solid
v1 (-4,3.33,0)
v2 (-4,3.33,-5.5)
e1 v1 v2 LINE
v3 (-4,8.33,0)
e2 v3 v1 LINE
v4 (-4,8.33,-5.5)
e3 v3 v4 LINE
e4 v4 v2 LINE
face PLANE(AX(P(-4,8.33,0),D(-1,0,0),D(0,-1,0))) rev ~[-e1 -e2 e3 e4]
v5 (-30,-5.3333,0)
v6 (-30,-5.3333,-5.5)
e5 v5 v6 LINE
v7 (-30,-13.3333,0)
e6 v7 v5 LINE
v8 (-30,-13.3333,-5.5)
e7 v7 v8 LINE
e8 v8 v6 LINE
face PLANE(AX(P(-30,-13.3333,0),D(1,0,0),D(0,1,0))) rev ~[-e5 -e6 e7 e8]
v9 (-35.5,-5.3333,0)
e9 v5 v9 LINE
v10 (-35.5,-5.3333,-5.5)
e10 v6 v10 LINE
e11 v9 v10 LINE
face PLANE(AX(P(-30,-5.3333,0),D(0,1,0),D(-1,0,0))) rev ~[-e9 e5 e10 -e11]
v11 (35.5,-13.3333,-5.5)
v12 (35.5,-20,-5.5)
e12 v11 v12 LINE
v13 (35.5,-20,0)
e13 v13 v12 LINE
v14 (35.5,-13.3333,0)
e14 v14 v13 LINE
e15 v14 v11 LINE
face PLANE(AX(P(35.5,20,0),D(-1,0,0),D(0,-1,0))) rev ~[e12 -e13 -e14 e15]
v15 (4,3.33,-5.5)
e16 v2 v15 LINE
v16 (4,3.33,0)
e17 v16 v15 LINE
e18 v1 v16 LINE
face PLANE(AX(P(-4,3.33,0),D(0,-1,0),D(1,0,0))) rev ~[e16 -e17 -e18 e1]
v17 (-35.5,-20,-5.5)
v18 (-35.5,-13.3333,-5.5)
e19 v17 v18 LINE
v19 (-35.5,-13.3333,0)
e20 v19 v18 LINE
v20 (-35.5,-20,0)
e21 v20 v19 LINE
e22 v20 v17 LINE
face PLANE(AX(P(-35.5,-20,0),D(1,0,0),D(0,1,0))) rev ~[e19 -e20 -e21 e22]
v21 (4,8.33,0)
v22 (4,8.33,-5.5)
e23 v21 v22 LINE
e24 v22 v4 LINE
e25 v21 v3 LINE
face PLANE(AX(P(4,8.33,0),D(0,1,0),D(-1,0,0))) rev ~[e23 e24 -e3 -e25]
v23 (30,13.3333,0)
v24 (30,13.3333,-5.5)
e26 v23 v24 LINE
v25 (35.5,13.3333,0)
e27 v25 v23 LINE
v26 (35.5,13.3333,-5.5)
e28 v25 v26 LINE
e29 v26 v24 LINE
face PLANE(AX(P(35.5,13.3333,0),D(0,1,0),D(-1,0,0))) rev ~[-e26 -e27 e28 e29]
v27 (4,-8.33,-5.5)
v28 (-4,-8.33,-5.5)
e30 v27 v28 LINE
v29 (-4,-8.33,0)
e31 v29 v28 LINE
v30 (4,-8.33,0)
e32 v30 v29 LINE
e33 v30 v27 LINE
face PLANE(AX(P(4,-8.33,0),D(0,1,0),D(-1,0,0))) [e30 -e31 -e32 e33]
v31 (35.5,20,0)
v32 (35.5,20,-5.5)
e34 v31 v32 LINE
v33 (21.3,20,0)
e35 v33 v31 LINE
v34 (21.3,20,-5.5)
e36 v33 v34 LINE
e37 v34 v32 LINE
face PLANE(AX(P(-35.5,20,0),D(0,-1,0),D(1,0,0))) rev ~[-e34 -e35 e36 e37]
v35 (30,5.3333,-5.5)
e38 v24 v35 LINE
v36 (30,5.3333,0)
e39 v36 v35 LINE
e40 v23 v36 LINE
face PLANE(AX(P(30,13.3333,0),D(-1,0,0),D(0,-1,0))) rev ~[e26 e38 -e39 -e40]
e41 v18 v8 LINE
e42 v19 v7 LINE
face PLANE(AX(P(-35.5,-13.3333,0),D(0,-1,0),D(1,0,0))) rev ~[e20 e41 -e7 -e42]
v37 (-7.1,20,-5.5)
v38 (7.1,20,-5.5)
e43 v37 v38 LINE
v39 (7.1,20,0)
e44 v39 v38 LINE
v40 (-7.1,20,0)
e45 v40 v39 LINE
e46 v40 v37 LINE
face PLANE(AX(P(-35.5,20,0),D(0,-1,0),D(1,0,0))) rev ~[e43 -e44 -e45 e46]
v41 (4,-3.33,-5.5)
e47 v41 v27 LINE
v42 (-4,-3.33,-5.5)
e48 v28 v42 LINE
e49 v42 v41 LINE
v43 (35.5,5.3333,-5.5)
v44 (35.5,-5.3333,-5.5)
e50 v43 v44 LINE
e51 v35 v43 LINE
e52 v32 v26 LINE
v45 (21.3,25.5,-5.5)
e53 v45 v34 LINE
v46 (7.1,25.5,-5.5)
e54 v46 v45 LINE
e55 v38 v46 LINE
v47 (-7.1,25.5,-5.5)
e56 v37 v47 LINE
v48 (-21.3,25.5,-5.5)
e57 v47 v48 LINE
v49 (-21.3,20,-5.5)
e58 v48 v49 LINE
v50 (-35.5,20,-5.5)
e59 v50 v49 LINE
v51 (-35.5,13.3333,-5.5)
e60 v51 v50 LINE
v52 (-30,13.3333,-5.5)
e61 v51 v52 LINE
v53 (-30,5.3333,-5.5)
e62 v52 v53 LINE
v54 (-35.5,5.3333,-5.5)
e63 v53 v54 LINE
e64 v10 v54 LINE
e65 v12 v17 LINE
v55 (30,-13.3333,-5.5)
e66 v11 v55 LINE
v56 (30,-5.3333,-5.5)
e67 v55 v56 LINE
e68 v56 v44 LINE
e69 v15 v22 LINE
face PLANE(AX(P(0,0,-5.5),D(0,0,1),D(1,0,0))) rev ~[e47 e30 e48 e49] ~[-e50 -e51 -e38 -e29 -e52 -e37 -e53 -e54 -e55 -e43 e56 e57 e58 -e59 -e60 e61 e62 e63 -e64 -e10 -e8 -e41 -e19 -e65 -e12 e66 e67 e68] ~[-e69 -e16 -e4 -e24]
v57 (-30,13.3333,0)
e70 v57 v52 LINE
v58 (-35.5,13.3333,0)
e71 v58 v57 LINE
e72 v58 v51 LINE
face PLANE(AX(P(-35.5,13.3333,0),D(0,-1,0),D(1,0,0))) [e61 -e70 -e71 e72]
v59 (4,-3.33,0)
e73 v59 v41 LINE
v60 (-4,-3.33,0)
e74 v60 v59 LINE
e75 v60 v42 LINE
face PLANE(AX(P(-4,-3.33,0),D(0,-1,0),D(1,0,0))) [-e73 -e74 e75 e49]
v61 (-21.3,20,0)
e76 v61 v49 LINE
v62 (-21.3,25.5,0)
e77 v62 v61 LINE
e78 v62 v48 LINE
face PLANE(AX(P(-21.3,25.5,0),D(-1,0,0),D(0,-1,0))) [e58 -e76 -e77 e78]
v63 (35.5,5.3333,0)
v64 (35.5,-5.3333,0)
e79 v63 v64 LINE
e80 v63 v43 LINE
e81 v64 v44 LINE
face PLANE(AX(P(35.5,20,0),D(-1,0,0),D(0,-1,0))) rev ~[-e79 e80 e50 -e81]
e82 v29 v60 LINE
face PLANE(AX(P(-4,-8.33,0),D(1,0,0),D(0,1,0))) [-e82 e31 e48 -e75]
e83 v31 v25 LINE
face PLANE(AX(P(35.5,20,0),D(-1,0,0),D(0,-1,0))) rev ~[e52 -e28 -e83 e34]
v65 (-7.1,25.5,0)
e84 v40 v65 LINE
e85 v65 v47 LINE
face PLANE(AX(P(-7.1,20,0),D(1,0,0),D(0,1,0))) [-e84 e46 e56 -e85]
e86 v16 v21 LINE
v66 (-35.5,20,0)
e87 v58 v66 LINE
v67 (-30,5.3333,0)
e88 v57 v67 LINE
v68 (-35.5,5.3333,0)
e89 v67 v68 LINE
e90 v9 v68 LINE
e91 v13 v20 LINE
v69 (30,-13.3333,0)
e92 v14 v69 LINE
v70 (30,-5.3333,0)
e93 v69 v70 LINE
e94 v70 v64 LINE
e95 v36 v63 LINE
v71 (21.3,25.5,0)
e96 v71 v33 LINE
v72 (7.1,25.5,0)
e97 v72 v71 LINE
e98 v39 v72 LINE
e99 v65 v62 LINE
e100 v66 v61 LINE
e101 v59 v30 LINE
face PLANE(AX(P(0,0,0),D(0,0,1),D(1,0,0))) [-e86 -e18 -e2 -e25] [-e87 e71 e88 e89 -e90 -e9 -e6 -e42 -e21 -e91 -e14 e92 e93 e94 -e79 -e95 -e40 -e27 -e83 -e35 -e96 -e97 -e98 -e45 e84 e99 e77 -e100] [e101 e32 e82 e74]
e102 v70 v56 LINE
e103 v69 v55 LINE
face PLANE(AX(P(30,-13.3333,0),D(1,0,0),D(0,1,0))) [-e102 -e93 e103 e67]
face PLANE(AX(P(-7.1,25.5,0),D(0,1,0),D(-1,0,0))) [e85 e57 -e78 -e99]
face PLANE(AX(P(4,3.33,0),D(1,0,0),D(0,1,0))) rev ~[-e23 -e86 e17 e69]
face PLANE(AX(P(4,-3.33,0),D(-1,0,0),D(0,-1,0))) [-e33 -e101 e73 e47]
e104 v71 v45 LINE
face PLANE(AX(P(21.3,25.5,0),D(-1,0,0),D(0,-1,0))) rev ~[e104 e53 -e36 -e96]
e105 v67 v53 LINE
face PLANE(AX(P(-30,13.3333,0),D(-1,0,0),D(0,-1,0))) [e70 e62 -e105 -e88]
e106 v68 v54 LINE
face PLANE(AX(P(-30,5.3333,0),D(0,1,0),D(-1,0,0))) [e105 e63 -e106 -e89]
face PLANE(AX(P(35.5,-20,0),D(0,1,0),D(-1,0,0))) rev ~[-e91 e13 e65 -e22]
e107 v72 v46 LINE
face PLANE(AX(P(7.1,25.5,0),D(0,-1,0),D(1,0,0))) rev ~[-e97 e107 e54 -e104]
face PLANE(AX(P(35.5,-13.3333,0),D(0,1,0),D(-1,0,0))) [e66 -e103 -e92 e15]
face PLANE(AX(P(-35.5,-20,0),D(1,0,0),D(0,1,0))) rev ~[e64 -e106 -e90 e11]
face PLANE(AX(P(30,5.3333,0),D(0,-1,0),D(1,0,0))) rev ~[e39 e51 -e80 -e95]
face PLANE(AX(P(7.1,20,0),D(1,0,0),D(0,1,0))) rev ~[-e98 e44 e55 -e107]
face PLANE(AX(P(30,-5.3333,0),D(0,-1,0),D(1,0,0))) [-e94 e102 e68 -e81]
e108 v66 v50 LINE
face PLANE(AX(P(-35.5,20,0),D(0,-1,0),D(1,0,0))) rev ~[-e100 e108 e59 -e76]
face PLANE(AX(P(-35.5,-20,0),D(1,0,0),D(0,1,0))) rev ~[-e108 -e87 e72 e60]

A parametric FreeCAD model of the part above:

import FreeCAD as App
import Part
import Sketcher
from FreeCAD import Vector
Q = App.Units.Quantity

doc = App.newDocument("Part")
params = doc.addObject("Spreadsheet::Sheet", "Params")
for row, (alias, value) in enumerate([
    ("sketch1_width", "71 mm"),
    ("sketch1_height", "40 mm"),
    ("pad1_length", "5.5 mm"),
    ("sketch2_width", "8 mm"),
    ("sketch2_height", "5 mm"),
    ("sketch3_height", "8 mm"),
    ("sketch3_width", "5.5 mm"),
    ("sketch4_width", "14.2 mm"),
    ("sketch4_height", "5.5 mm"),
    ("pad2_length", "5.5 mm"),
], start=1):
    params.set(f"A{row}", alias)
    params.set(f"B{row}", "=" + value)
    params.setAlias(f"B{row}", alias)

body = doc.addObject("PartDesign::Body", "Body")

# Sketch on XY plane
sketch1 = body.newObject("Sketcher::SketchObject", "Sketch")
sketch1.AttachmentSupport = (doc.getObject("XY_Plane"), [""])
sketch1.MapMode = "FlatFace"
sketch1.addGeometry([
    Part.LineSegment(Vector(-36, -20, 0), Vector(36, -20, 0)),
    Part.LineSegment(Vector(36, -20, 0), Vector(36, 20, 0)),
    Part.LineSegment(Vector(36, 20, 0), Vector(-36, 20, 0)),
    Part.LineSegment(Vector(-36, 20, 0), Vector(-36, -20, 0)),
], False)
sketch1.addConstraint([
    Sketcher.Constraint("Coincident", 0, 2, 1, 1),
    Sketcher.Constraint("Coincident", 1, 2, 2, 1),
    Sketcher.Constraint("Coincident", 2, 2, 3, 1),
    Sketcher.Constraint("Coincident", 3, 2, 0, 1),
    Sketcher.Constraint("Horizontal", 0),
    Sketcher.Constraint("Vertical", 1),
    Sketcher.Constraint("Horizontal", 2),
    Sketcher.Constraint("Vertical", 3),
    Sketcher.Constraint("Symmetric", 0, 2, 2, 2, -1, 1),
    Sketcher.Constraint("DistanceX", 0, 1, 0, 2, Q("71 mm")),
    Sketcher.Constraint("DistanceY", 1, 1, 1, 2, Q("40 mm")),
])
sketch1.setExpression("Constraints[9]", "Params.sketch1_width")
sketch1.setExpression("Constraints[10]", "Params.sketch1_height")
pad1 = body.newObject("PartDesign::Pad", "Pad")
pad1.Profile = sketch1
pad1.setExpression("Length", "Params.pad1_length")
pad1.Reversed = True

DIRECTIONS FOR THIS TASK:
Repeat only what lies between the first line of the data and the line containing "e30 v27 v28 LINE", both of those lines included, exactly as it stands.

COMPLETED EXERCISE:
solid
v1 (-4,3.33,0)
v2 (-4,3.33,-5.5)
e1 v1 v2 LINE
v3 (-4,8.33,0)
e2 v3 v1 LINE
v4 (-4,8.33,-5.5)
e3 v3 v4 LINE
e4 v4 v2 LINE
face PLANE(AX(P(-4,8.33,0),D(-1,0,0),D(0,-1,0))) rev ~[-e1 -e2 e3 e4]
v5 (-30,-5.3333,0)
v6 (-30,-5.3333,-5.5)
e5 v5 v6 LINE
v7 (-30,-13.3333,0)
e6 v7 v5 LINE
v8 (-30,-13.3333,-5.5)
e7 v7 v8 LINE
e8 v8 v6 LINE
face PLANE(AX(P(-30,-13.3333,0),D(1,0,0),D(0,1,0))) rev ~[-e5 -e6 e7 e8]
v9 (-35.5,-5.3333,0)
e9 v5 v9 LINE
v10 (-35.5,-5.3333,-5.5)
e10 v6 v10 LINE
e11 v9 v10 LINE
face PLANE(AX(P(-30,-5.3333,0),D(0,1,0),D(-1,0,0))) rev ~[-e9 e5 e10 -e11]
v11 (35.5,-13.3333,-5.5)
v12 (35.5,-20,-5.5)
e12 v11 v12 LINE
v13 (35.5,-20,0)
e13 v13 v12 LINE
v14 (35.5,-13.3333,0)
e14 v14 v13 LINE
e15 v14 v11 LINE
face PLANE(AX(P(35.5,20,0),D(-1,0,0),D(0,-1,0))) rev ~[e12 -e13 -e14 e15]
v15 (4,3.33,-5.5)
e16 v2 v15 LINE
v16 (4,3.33,0)
e17 v16 v15 LINE
e18 v1 v16 LINE
face PLANE(AX(P(-4,3.33,0),D(0,-1,0),D(1,0,0))) rev ~[e16 -e17 -e18 e1]
v17 (-35.5,-20,-5.5)
v18 (-35.5,-13.3333,-5.5)
e19 v17 v18 LINE
v19 (-35.5,-13.3333,0)
e20 v19 v18 LINE
v20 (-35.5,-20,0)
e21 v20 v19 LINE
e22 v20 v17 LINE
face PLANE(AX(P(-35.5,-20,0),D(1,0,0),D(0,1,0))) rev ~[e19 -e20 -e21 e22]
v21 (4,8.33,0)
v22 (4,8.33,-5.5)
e23 v21 v22 LINE
e24 v22 v4 LINE
e25 v21 v3 LINE
face PLANE(AX(P(4,8.33,0),D(0,1,0),D(-1,0,0))) rev ~[e23 e24 -e3 -e25]
v23 (30,13.3333,0)
v24 (30,13.3333,-5.5)
e26 v23 v24 LINE
v25 (35.5,13.3333,0)
e27 v25 v23 LINE
v26 (35.5,13.3333,-5.5)
e28 v25 v26 LINE
e29 v26 v24 LINE
face PLANE(AX(P(35.5,13.3333,0),D(0,1,0),D(-1,0,0))) rev ~[-e26 -e27 e28 e29]
v27 (4,-8.33,-5.5)
v28 (-4,-8.33,-5.5)
e30 v27 v28 LINE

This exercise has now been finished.